==== DATA

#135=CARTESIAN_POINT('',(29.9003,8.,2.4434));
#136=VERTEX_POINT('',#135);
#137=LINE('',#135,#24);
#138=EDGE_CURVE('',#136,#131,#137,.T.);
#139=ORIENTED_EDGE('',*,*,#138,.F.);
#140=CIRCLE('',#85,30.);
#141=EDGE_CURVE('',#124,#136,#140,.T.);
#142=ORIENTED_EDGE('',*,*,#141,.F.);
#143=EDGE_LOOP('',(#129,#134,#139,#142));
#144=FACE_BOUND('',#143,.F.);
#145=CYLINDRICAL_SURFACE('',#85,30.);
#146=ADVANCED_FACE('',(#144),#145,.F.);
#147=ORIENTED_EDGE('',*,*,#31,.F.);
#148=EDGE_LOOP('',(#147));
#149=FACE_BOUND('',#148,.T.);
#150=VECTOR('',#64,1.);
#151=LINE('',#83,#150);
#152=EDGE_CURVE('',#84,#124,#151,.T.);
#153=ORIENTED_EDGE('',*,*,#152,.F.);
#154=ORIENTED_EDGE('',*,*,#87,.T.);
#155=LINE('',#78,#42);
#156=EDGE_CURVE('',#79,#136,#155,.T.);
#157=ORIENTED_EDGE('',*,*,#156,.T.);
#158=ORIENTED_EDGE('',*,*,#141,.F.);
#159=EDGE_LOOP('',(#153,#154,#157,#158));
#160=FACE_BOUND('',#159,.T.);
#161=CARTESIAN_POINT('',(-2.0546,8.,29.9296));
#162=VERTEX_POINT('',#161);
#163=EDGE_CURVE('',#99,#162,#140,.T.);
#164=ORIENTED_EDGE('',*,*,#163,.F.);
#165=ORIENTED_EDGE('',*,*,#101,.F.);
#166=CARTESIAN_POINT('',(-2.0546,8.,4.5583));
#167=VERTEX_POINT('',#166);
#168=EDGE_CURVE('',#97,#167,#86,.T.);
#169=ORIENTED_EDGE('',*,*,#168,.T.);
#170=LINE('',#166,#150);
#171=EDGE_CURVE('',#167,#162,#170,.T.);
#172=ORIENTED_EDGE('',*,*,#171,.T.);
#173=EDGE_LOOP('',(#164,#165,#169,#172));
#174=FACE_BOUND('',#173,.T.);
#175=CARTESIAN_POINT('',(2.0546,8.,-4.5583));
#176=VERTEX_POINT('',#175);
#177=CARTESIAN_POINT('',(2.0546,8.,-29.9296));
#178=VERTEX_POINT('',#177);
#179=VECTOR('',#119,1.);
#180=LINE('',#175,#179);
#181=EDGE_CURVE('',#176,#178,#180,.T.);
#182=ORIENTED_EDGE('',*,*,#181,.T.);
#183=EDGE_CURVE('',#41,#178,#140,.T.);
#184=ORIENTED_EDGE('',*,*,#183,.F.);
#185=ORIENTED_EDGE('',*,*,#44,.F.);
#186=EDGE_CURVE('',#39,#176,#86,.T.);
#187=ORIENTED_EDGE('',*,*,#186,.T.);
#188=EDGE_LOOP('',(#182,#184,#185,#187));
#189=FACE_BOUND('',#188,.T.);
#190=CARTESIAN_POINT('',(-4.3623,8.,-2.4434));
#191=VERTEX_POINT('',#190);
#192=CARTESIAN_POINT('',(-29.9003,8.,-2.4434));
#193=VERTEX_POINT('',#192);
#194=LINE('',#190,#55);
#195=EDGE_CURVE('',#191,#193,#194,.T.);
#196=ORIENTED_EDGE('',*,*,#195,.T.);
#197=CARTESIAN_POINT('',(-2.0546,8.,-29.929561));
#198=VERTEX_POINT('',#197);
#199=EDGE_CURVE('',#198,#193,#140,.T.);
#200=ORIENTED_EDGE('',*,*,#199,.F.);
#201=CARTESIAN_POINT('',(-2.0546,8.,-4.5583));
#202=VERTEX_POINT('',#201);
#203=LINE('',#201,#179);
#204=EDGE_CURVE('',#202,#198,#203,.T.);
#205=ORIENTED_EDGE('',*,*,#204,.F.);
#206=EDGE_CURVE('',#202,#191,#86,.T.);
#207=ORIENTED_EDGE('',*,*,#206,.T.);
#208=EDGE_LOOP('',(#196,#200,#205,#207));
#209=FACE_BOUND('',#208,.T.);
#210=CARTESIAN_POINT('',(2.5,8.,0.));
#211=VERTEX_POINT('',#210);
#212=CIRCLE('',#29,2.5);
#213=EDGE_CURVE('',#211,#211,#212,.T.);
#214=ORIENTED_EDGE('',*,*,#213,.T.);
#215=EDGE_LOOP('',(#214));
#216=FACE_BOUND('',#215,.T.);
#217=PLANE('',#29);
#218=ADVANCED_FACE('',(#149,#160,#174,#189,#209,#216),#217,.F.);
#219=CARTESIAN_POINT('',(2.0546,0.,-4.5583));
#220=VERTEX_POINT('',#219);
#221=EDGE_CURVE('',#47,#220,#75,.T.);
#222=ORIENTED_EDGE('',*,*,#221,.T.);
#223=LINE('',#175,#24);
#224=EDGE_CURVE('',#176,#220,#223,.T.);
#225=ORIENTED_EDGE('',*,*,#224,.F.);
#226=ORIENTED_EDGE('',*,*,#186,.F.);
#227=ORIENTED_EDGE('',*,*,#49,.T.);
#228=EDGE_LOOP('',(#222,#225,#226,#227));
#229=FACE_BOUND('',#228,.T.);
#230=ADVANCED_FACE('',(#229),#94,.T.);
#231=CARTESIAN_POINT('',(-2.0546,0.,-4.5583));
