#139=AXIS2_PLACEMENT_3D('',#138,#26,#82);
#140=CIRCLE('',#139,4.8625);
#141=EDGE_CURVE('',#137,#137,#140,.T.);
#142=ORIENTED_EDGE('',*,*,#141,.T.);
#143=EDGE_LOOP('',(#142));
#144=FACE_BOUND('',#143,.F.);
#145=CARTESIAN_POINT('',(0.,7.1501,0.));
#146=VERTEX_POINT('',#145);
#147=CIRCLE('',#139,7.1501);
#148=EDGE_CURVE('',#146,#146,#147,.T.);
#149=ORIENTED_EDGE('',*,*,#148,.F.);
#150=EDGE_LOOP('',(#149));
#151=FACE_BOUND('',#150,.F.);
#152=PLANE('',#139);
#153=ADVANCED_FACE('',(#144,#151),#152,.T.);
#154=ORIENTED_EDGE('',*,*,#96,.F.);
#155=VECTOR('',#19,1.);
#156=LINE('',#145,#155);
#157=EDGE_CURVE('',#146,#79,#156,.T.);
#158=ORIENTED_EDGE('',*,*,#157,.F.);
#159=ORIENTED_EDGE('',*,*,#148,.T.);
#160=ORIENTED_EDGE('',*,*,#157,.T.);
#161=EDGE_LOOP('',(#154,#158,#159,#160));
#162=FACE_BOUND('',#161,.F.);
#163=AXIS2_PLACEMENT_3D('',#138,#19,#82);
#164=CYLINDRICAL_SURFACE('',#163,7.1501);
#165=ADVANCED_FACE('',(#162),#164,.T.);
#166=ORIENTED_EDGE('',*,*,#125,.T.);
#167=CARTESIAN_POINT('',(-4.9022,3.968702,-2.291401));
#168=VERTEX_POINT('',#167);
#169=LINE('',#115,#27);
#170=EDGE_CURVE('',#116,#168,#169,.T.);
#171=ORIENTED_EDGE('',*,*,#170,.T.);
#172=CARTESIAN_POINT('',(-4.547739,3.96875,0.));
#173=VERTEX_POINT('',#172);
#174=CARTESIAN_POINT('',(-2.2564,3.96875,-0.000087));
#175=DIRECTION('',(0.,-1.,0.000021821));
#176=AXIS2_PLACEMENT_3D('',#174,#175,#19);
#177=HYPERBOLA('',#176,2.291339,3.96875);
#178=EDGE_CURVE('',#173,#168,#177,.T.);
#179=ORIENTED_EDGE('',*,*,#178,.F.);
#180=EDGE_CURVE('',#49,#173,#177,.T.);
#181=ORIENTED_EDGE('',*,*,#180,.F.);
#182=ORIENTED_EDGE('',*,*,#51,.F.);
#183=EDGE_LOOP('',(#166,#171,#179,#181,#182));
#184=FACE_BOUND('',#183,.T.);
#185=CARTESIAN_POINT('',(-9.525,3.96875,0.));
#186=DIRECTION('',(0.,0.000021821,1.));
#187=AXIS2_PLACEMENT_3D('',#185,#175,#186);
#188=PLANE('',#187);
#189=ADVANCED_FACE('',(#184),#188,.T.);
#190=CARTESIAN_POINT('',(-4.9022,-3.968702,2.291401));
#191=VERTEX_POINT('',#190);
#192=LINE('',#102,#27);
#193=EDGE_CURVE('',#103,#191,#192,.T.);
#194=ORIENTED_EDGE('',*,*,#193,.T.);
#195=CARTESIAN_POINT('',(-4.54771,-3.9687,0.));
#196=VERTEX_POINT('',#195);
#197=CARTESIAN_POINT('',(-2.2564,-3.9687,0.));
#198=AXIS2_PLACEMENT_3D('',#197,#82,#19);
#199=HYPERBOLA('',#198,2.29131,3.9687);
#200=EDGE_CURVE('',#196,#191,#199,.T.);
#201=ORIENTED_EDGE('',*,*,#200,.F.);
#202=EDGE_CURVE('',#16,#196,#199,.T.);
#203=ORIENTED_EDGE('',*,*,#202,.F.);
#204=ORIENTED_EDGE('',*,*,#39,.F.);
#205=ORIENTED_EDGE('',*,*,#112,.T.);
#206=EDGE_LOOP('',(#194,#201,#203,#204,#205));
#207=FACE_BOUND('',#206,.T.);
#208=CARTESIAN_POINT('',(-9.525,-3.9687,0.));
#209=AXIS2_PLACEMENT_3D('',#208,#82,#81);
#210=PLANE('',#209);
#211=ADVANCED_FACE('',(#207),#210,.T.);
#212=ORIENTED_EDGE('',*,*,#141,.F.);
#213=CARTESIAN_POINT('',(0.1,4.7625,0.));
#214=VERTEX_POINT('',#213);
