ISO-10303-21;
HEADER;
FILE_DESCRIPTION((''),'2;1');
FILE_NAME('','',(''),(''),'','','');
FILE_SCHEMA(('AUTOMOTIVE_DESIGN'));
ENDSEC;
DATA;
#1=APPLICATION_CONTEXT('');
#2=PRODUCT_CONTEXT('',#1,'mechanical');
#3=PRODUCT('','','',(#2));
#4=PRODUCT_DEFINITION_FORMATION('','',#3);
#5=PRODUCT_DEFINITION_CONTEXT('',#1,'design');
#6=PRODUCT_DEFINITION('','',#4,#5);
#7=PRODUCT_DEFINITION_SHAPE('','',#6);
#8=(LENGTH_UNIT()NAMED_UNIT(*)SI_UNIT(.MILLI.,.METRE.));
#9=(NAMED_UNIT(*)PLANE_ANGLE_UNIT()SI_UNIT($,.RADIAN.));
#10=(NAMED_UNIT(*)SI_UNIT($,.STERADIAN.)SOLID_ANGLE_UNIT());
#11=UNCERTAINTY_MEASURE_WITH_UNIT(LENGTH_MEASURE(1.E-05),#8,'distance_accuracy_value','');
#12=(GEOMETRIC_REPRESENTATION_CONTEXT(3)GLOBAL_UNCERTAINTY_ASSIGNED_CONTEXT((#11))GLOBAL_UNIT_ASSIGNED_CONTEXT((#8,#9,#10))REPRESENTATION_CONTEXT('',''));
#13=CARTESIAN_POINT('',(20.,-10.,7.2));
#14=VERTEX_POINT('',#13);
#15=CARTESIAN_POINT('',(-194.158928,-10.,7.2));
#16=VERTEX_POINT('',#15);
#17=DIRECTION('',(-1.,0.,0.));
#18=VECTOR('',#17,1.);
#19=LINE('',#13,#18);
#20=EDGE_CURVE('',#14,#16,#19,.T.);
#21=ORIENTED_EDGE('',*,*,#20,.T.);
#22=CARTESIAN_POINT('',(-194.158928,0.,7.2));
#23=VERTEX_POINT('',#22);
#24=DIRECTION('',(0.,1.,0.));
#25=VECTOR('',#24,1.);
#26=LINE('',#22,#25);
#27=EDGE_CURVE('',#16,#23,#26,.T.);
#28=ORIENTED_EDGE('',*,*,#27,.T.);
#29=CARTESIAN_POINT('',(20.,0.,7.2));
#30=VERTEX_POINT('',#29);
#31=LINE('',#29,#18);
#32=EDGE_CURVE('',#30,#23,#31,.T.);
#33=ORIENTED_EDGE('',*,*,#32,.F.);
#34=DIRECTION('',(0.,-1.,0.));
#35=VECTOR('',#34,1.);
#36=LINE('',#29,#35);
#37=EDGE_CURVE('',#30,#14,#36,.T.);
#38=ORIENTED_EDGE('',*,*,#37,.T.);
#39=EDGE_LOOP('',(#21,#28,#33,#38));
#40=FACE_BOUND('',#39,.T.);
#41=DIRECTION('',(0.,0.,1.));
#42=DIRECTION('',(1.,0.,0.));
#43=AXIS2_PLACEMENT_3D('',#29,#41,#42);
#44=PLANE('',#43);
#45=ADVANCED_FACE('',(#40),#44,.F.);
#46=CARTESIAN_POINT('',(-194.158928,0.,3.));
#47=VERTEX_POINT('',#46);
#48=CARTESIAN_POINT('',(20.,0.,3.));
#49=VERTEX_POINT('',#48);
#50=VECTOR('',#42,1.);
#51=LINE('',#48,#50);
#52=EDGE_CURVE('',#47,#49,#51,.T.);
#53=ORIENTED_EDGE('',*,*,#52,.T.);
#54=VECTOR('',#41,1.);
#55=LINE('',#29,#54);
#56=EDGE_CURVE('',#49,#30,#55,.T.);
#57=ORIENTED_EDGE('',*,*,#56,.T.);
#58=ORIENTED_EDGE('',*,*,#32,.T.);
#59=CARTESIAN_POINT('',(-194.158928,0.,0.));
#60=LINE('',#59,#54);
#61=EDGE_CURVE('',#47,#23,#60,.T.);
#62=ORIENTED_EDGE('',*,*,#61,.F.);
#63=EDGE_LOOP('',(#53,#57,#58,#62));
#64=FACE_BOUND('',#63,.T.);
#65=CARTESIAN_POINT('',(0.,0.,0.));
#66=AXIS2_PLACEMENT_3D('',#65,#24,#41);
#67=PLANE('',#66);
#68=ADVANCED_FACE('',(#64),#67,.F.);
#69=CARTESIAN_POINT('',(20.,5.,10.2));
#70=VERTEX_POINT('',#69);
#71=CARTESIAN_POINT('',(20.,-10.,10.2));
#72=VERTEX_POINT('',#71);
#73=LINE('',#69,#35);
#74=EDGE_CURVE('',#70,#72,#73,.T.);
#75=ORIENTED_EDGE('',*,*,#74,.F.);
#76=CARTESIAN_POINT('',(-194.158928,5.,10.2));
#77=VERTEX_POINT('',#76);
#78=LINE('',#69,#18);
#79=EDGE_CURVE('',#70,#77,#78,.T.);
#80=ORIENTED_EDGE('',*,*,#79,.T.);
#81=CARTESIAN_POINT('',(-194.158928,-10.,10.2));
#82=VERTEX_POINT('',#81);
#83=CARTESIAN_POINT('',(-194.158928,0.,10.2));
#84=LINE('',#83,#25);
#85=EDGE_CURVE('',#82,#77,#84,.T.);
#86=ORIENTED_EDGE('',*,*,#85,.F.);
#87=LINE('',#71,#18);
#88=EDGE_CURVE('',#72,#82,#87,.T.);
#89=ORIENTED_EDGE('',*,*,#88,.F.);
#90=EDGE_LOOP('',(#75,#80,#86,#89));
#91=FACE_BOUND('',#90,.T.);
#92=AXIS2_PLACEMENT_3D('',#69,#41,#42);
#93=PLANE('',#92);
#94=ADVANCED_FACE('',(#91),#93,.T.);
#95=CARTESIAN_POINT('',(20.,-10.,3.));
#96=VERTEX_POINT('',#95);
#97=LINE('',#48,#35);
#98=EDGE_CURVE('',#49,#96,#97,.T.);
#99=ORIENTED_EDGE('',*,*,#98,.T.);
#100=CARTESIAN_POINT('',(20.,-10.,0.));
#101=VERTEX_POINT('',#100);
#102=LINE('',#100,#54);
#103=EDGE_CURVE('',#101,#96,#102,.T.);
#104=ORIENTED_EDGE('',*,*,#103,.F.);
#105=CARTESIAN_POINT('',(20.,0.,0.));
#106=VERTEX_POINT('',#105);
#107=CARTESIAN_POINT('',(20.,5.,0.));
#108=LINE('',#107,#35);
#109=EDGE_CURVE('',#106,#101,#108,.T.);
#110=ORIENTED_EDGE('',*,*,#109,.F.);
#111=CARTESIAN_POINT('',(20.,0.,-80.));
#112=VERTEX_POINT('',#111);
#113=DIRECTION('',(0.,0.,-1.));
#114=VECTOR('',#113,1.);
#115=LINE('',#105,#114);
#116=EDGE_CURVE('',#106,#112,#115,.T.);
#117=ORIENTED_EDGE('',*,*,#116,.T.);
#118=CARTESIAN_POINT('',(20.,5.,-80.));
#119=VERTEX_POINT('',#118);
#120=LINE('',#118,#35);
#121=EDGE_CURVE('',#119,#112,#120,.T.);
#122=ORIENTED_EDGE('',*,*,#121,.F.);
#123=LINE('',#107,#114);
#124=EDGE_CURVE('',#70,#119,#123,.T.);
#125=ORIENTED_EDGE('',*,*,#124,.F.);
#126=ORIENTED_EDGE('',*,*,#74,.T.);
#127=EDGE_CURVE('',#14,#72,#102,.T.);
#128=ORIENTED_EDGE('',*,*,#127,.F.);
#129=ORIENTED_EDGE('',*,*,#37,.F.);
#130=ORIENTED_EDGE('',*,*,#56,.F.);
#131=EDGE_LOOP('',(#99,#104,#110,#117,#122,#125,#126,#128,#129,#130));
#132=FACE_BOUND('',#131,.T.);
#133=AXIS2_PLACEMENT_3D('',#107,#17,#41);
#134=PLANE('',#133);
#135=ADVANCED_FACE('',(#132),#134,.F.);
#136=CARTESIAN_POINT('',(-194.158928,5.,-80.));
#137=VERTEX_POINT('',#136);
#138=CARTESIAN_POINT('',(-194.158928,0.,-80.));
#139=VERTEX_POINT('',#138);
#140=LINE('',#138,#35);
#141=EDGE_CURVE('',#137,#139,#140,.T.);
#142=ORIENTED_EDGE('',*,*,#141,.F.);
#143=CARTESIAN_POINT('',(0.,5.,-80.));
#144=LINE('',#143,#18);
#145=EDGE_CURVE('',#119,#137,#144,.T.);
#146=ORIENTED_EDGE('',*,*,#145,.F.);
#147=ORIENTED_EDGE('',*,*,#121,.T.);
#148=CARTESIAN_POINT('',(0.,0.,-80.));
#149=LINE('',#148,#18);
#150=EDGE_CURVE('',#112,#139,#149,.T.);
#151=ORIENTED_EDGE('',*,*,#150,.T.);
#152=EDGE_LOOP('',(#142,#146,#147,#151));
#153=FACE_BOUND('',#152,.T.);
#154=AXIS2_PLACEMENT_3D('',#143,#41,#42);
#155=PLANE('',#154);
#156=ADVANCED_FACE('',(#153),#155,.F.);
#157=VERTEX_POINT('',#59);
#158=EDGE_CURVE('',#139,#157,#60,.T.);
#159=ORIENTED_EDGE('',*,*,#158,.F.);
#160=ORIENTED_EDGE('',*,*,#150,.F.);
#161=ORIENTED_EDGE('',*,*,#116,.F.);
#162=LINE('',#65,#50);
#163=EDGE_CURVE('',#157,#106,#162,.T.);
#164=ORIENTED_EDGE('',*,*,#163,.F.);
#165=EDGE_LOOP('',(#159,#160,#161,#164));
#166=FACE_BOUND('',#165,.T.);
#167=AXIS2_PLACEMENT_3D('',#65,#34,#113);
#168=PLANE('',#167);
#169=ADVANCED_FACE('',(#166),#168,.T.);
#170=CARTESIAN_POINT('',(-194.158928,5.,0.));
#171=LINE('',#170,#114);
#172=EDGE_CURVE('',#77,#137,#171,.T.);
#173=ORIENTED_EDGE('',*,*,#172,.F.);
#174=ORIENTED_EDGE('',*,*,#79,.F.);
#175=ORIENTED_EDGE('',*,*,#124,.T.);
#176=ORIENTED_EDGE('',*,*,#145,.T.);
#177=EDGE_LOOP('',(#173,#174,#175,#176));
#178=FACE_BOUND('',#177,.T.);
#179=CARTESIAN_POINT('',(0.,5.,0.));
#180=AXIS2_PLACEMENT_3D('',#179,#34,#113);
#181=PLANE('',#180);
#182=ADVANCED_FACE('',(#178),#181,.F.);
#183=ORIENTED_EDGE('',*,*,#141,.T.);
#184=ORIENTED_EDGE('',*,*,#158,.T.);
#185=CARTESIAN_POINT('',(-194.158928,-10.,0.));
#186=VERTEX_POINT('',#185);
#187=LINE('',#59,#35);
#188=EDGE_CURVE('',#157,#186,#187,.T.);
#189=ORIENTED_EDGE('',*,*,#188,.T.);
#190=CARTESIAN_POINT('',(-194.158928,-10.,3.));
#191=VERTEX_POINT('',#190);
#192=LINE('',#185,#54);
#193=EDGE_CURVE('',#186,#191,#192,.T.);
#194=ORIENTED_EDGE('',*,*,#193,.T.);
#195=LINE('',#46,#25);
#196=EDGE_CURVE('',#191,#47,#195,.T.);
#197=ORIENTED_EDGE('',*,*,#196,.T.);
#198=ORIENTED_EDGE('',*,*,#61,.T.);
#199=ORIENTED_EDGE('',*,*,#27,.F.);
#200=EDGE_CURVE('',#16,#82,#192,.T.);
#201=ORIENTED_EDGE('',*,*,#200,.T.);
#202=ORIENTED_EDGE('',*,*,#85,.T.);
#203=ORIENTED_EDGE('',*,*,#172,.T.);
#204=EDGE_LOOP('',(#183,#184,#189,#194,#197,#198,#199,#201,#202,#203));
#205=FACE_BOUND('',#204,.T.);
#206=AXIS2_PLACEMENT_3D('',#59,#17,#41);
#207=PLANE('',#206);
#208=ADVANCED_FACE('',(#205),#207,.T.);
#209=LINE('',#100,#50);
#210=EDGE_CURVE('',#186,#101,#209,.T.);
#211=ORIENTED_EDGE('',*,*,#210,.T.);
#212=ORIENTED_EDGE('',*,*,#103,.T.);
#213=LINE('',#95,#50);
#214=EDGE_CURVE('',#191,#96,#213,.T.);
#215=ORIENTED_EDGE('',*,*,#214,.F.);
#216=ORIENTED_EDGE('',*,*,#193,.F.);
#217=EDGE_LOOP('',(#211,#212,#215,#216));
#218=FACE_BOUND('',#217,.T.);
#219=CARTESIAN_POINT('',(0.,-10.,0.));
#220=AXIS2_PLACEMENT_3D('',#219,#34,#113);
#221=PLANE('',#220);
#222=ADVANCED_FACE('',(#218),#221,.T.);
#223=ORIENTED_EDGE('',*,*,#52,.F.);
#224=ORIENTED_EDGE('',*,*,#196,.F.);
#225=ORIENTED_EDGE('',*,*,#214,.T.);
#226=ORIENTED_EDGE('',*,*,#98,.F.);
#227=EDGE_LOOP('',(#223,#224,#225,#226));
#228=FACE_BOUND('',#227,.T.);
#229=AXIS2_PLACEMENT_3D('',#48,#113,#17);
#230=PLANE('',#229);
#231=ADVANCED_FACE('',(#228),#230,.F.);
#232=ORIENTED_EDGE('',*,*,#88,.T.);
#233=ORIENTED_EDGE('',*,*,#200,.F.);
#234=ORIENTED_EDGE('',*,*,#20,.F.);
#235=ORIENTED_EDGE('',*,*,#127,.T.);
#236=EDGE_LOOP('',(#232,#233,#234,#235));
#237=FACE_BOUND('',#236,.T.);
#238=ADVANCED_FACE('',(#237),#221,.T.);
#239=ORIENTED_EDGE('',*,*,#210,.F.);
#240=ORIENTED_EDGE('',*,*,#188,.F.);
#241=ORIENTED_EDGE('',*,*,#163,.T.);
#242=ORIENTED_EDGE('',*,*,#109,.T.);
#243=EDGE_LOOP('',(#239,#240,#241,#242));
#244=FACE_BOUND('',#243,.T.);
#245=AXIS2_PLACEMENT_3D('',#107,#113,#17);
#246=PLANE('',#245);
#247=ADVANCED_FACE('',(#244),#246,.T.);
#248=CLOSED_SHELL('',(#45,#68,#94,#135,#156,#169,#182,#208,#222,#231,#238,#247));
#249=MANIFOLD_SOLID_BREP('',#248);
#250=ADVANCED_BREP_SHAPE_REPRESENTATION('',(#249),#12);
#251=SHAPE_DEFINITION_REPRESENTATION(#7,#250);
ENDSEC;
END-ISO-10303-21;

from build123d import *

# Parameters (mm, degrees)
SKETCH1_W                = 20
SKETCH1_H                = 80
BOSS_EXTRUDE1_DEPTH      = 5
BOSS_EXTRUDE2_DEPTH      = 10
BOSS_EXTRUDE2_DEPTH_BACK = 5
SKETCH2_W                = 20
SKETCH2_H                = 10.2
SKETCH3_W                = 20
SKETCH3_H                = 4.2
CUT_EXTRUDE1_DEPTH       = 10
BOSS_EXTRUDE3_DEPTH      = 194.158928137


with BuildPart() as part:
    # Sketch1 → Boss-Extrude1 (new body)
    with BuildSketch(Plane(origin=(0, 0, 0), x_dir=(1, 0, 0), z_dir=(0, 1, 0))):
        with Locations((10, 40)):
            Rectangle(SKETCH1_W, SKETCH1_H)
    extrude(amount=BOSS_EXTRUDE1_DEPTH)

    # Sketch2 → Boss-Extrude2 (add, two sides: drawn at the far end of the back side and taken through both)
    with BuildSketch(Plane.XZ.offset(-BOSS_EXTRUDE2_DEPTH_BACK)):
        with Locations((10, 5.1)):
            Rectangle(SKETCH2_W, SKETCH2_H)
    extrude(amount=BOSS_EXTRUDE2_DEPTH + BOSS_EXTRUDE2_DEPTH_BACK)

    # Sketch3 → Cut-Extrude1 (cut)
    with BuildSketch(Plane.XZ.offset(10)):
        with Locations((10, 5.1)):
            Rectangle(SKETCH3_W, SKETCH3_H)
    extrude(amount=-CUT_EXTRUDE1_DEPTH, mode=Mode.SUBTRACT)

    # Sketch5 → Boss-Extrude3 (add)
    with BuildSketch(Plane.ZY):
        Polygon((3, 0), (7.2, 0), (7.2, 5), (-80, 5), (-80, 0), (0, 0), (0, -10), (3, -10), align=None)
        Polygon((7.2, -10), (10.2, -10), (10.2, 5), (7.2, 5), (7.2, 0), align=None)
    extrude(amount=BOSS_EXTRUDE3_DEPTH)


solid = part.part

========

TASK BRIEF: Copy the stretch of the records above that runs from the line with "#137=LINE('',#135,#24);" through the line with "#171=EDGE_CURVE('',#167,#162,#170,.T.);". Both end lines belong in the copy, and nothing else does.

COMPLETED TASK:
#137=LINE('',#135,#24);
#138=EDGE_CURVE('',#136,#131,#137,.T.);
#139=ORIENTED_EDGE('',*,*,#138,.F.);
#140=CIRCLE('',#85,30.);
#141=EDGE_CURVE('',#124,#136,#140,.T.);
#142=ORIENTED_EDGE('',*,*,#141,.F.);
#143=EDGE_LOOP('',(#129,#134,#139,#142));
#144=FACE_BOUND('',#143,.F.);
#145=CYLINDRICAL_SURFACE('',#85,30.);
#146=ADVANCED_FACE('',(#144),#145,.F.);
#147=ORIENTED_EDGE('',*,*,#31,.F.);
#148=EDGE_LOOP('',(#147));
#149=FACE_BOUND('',#148,.T.);
#150=VECTOR('',#64,1.);
#151=LINE('',#83,#150);
#152=EDGE_CURVE('',#84,#124,#151,.T.);
#153=ORIENTED_EDGE('',*,*,#152,.F.);
#154=ORIENTED_EDGE('',*,*,#87,.T.);
#155=LINE('',#78,#42);
#156=EDGE_CURVE('',#79,#136,#155,.T.);
#157=ORIENTED_EDGE('',*,*,#156,.T.);
#158=ORIENTED_EDGE('',*,*,#141,.F.);
#159=EDGE_LOOP('',(#153,#154,#157,#158));
#160=FACE_BOUND('',#159,.T.);
#161=CARTESIAN_POINT('',(-2.0546,8.,29.9296));
#162=VERTEX_POINT('',#161);
#163=EDGE_CURVE('',#99,#162,#140,.T.);
#164=ORIENTED_EDGE('',*,*,#163,.F.);
#165=ORIENTED_EDGE('',*,*,#101,.F.);
#166=CARTESIAN_POINT('',(-2.0546,8.,4.5583));
#167=VERTEX_POINT('',#166);
#168=EDGE_CURVE('',#97,#167,#86,.T.);
#169=ORIENTED_EDGE('',*,*,#168,.T.);
#170=LINE('',#166,#150);
#171=EDGE_CURVE('',#167,#162,#170,.T.);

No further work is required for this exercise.